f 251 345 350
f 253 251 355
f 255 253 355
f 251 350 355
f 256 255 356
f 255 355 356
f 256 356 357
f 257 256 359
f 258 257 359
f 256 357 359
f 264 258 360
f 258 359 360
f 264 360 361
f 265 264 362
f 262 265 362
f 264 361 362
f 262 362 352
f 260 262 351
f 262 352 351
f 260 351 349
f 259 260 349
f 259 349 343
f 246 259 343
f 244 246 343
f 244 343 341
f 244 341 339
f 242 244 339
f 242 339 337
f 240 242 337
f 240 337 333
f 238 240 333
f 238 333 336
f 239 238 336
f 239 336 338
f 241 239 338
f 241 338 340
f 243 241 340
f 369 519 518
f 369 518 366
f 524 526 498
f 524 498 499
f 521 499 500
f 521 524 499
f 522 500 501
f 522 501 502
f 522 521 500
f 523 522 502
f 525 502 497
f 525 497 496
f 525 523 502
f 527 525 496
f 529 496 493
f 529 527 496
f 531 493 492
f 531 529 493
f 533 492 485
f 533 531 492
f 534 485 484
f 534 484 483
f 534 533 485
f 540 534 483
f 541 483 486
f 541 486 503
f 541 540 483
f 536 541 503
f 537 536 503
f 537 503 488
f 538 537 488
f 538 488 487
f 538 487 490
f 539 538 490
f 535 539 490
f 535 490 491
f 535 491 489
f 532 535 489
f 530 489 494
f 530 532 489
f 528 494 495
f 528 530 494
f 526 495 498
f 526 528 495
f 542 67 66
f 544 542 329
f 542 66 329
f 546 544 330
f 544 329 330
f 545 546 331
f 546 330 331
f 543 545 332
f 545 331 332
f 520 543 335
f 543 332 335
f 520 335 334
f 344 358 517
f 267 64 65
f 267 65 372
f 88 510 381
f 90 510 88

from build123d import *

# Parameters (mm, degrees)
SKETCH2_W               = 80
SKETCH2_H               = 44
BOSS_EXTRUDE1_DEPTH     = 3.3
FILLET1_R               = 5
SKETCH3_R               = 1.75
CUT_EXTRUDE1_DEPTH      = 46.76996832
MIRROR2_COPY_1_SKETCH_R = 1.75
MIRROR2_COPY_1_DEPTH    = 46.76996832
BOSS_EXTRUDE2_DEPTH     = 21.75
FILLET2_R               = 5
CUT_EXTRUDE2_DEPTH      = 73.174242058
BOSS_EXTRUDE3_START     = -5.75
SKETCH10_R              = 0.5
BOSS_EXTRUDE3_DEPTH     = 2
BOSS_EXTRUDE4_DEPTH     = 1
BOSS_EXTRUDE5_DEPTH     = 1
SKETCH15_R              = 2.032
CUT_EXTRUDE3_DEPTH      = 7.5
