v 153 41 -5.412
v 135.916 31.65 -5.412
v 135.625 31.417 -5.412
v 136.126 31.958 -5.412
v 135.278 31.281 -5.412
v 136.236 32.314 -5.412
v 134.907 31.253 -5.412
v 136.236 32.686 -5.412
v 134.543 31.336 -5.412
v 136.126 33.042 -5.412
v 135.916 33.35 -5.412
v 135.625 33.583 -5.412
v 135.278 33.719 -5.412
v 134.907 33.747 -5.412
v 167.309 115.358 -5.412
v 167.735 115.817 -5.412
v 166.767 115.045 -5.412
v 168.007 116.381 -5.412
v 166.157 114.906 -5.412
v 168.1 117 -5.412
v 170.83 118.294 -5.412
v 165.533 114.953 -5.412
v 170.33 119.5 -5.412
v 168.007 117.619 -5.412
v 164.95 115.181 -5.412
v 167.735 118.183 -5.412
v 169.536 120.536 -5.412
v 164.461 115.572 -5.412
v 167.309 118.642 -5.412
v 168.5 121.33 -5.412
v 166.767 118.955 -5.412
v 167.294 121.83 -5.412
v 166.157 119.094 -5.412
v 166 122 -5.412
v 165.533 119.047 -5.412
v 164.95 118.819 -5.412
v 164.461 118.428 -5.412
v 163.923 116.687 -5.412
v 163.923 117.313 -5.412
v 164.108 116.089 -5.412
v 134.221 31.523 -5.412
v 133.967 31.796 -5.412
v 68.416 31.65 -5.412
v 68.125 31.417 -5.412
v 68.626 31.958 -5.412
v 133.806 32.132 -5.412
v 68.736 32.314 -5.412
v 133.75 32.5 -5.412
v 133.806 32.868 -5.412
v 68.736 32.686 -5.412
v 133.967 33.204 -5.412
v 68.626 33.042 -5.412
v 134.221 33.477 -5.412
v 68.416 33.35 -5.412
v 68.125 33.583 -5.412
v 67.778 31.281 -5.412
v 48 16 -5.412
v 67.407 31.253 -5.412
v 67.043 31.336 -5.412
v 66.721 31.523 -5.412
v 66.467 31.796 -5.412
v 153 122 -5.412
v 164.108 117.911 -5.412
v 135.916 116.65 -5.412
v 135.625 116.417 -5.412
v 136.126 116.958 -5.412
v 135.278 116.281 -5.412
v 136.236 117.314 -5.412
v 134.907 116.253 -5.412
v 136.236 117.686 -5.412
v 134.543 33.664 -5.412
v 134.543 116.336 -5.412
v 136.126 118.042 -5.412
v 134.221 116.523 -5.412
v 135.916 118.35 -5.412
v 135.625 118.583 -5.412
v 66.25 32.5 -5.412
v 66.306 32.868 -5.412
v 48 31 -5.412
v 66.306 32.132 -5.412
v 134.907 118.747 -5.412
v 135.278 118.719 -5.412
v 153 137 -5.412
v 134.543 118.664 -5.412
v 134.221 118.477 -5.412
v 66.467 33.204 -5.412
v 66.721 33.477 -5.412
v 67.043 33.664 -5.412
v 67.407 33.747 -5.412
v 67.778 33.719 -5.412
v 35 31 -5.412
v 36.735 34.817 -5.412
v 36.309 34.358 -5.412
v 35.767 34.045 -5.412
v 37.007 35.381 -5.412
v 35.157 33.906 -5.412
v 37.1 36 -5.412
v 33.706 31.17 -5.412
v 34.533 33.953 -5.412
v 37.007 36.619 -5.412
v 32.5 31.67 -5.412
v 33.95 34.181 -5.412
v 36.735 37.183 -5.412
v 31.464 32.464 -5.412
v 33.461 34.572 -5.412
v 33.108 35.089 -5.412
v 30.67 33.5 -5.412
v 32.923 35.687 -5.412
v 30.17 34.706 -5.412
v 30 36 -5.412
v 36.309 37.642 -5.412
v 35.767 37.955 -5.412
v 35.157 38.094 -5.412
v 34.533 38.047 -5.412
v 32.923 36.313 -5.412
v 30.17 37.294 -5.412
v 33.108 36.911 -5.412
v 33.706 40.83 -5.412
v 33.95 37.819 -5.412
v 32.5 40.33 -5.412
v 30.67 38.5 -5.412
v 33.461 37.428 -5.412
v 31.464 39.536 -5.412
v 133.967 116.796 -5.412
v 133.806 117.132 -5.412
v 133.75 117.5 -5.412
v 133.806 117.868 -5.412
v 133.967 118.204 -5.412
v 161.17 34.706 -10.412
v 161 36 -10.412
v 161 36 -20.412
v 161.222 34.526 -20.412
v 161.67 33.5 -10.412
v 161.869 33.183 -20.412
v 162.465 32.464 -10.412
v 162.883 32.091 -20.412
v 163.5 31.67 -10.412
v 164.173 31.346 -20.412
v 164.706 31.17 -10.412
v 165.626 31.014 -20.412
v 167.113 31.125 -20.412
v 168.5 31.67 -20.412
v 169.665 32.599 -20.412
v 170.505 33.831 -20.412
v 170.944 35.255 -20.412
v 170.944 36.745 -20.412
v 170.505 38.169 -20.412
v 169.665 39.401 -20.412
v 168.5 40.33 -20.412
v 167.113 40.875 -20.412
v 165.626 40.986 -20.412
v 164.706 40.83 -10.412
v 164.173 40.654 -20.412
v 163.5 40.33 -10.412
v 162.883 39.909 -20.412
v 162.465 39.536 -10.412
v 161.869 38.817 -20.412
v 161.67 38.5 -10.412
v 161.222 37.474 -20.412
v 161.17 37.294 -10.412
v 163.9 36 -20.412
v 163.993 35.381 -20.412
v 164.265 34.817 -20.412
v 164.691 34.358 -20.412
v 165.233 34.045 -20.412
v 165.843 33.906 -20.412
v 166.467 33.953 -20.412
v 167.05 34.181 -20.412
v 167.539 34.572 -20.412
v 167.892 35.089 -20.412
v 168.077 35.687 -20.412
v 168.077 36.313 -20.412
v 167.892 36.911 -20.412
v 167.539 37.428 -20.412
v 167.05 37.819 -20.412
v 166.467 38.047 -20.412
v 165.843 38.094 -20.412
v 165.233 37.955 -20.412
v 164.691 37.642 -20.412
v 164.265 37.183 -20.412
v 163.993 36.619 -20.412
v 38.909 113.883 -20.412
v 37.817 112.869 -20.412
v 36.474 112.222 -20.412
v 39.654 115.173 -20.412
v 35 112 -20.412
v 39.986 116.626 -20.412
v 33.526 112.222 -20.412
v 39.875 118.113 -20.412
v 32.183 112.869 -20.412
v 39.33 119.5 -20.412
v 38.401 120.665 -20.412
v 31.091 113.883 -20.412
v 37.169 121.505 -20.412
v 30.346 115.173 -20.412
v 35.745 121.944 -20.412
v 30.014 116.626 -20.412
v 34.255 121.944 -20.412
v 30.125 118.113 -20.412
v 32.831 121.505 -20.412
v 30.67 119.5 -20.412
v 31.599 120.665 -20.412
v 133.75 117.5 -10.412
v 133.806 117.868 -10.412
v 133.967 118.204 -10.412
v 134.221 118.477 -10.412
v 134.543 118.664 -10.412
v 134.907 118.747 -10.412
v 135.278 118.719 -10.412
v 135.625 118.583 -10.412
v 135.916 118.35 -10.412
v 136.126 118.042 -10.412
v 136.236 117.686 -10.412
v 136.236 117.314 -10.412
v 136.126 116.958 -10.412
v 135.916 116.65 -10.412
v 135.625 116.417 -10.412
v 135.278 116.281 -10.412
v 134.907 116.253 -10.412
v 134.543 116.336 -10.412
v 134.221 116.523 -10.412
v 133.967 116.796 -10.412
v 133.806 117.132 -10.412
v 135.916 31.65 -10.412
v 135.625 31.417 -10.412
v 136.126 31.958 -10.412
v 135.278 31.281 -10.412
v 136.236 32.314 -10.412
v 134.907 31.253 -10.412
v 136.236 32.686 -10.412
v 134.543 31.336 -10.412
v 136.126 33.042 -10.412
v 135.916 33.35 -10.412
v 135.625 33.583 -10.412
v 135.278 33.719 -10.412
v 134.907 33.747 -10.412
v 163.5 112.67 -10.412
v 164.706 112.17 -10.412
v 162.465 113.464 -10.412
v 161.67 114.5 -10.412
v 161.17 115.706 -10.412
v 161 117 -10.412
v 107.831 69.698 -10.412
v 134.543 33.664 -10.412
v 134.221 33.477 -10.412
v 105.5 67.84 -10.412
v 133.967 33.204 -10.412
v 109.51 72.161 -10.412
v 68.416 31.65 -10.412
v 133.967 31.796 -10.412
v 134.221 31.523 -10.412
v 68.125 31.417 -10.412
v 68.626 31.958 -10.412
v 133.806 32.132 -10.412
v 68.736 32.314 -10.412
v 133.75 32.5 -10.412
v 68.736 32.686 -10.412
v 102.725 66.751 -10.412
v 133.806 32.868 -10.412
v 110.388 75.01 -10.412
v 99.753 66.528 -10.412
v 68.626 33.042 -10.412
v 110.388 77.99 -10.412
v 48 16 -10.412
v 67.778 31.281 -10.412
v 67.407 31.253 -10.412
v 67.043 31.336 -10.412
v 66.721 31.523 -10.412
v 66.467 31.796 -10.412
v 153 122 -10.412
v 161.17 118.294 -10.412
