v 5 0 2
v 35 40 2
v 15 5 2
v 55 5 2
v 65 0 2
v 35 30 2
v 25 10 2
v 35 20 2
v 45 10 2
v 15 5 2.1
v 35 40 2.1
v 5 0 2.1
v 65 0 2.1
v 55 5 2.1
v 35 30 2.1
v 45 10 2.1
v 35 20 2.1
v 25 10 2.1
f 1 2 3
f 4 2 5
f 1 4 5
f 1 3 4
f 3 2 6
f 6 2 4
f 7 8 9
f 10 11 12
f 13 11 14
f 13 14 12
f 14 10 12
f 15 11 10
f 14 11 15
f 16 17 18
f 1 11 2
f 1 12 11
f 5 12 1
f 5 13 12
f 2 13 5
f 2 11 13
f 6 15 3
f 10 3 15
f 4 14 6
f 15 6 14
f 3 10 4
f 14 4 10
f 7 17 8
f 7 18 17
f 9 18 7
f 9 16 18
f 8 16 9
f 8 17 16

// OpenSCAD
union() {
    translate([0,0,+2]) {
        linear_extrude(height=.1) {
            //square(50,center=true);
            scale(5)
            polygon(
                //          6            | 8
                //         / \           |
                //        / 3 \          | 6
                //       / / \ \         |
                //      / / 0 \ \        | 4
                //     / / / \ \ \       |
                //    / / 2---1 \ \      | 2
                //   / 4---------5 \     | 1
                //  8---------------7    | 0
                //-----------------------+----
                //  1  3  5 7 9  11 13   |
                //
                points=[
                    [  7,  4],
                    [  9,  2],
                    [  5,  2],

                    [  7,  6],
                    [  3,  1],
                    [ 11,  1],

                    [  7,  8],
                    [ 13,  0],
                    [  1,  0],
                ],
                paths= [
                    [ 0, 1, 2 ],
                    [ 3, 4, 5 ],
                    [ 6, 7, 8 ],
                ]
            );
        }
    }
    translate([-15,-15,0]) {
        scale(10) {
            %polyhedron(
                //         1------------------0
                //        /|                 /|
                //       / |    9----8      / |
                //      /  5-- /|   /| ----/--4
                //     /  /  11----10|    /  /
                //    /  /    |13--|-12  /  /
                //   3------  |/   |/ --2  /
                //   | /     15----14   | /
                //   |/                 |/
                //   7------------------6
                points=[
                    [3,3,1],
                    [0,3,1],
                    [3,0,1],
                    [0,0,1],
                    [3,3,0],
                    [0,3,0],
                    [3,0,0],
                    [0,0,0],

                    [2,2,1],
                    [1,2,1],
                    [2,1,1],
                    [1,1,1],
                    [2,2,0],
                    [1,2,0],
                    [2,1,0],
                    [1,1,0],
                ],
                faces=[
                    [  4,  5, 13, 12 ],
                    [  4, 12, 14,  6 ],
                    [  6, 14, 15,  7 ],
                    [  7, 15, 13,  5 ],

                    [  1,  0,  8,  9 ],
                    [  0,  2, 10,  8 ],
                    [  2,  3, 11, 10 ],
                    [  3,  1,  9, 11 ],

                    [  8, 10, 14, 12 ],
                    [ 10, 11, 15, 14 ],
                    [ 11,  9, 13, 15 ],
                    [  9,  8, 12, 13 ],

                    [  0,  4,  6,  2 ],
                    [  2,  6,  7,  3 ],
                    [  3,  7,  5,  1 ],
                    [  1,  5,  4,  0 ],
                ]
            );
        };
    }
}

========

Exercise directions
Could you restate word for word the lines above, from the one that contains "v 165.626 31.014 -20.412" through the one that contains "v 134.543 116.336 -10.412", and no others?

Result of this task
v 165.626 31.014 -20.412
v 167.113 31.125 -20.412
v 168.5 31.67 -20.412
v 169.665 32.599 -20.412
v 170.505 33.831 -20.412
v 170.944 35.255 -20.412
v 170.944 36.745 -20.412
v 170.505 38.169 -20.412
v 169.665 39.401 -20.412
v 168.5 40.33 -20.412
v 167.113 40.875 -20.412
v 165.626 40.986 -20.412
v 164.706 40.83 -10.412
v 164.173 40.654 -20.412
v 163.5 40.33 -10.412
v 162.883 39.909 -20.412
v 162.465 39.536 -10.412
v 161.869 38.817 -20.412
v 161.67 38.5 -10.412
v 161.222 37.474 -20.412
v 161.17 37.294 -10.412
v 163.9 36 -20.412
v 163.993 35.381 -20.412
v 164.265 34.817 -20.412
v 164.691 34.358 -20.412
v 165.233 34.045 -20.412
v 165.843 33.906 -20.412
v 166.467 33.953 -20.412
v 167.05 34.181 -20.412
v 167.539 34.572 -20.412
v 167.892 35.089 -20.412
v 168.077 35.687 -20.412
v 168.077 36.313 -20.412
v 167.892 36.911 -20.412
v 167.539 37.428 -20.412
v 167.05 37.819 -20.412
v 166.467 38.047 -20.412
v 165.843 38.094 -20.412
v 165.233 37.955 -20.412
v 164.691 37.642 -20.412
v 164.265 37.183 -20.412
v 163.993 36.619 -20.412
v 38.909 113.883 -20.412
v 37.817 112.869 -20.412
v 36.474 112.222 -20.412
v 39.654 115.173 -20.412
v 35 112 -20.412
v 39.986 116.626 -20.412
v 33.526 112.222 -20.412
v 39.875 118.113 -20.412
v 32.183 112.869 -20.412
v 39.33 119.5 -20.412
v 38.401 120.665 -20.412
v 31.091 113.883 -20.412
v 37.169 121.505 -20.412
v 30.346 115.173 -20.412
v 35.745 121.944 -20.412
v 30.014 116.626 -20.412
v 34.255 121.944 -20.412
v 30.125 118.113 -20.412
v 32.831 121.505 -20.412
v 30.67 119.5 -20.412
v 31.599 120.665 -20.412
v 133.75 117.5 -10.412
v 133.806 117.868 -10.412
v 133.967 118.204 -10.412
v 134.221 118.477 -10.412
v 134.543 118.664 -10.412
v 134.907 118.747 -10.412
v 135.278 118.719 -10.412
v 135.625 118.583 -10.412
v 135.916 118.35 -10.412
v 136.126 118.042 -10.412
v 136.236 117.686 -10.412
v 136.236 117.314 -10.412
v 136.126 116.958 -10.412
v 135.916 116.65 -10.412
v 135.625 116.417 -10.412
v 135.278 116.281 -10.412
v 134.907 116.253 -10.412
v 134.543 116.336 -10.412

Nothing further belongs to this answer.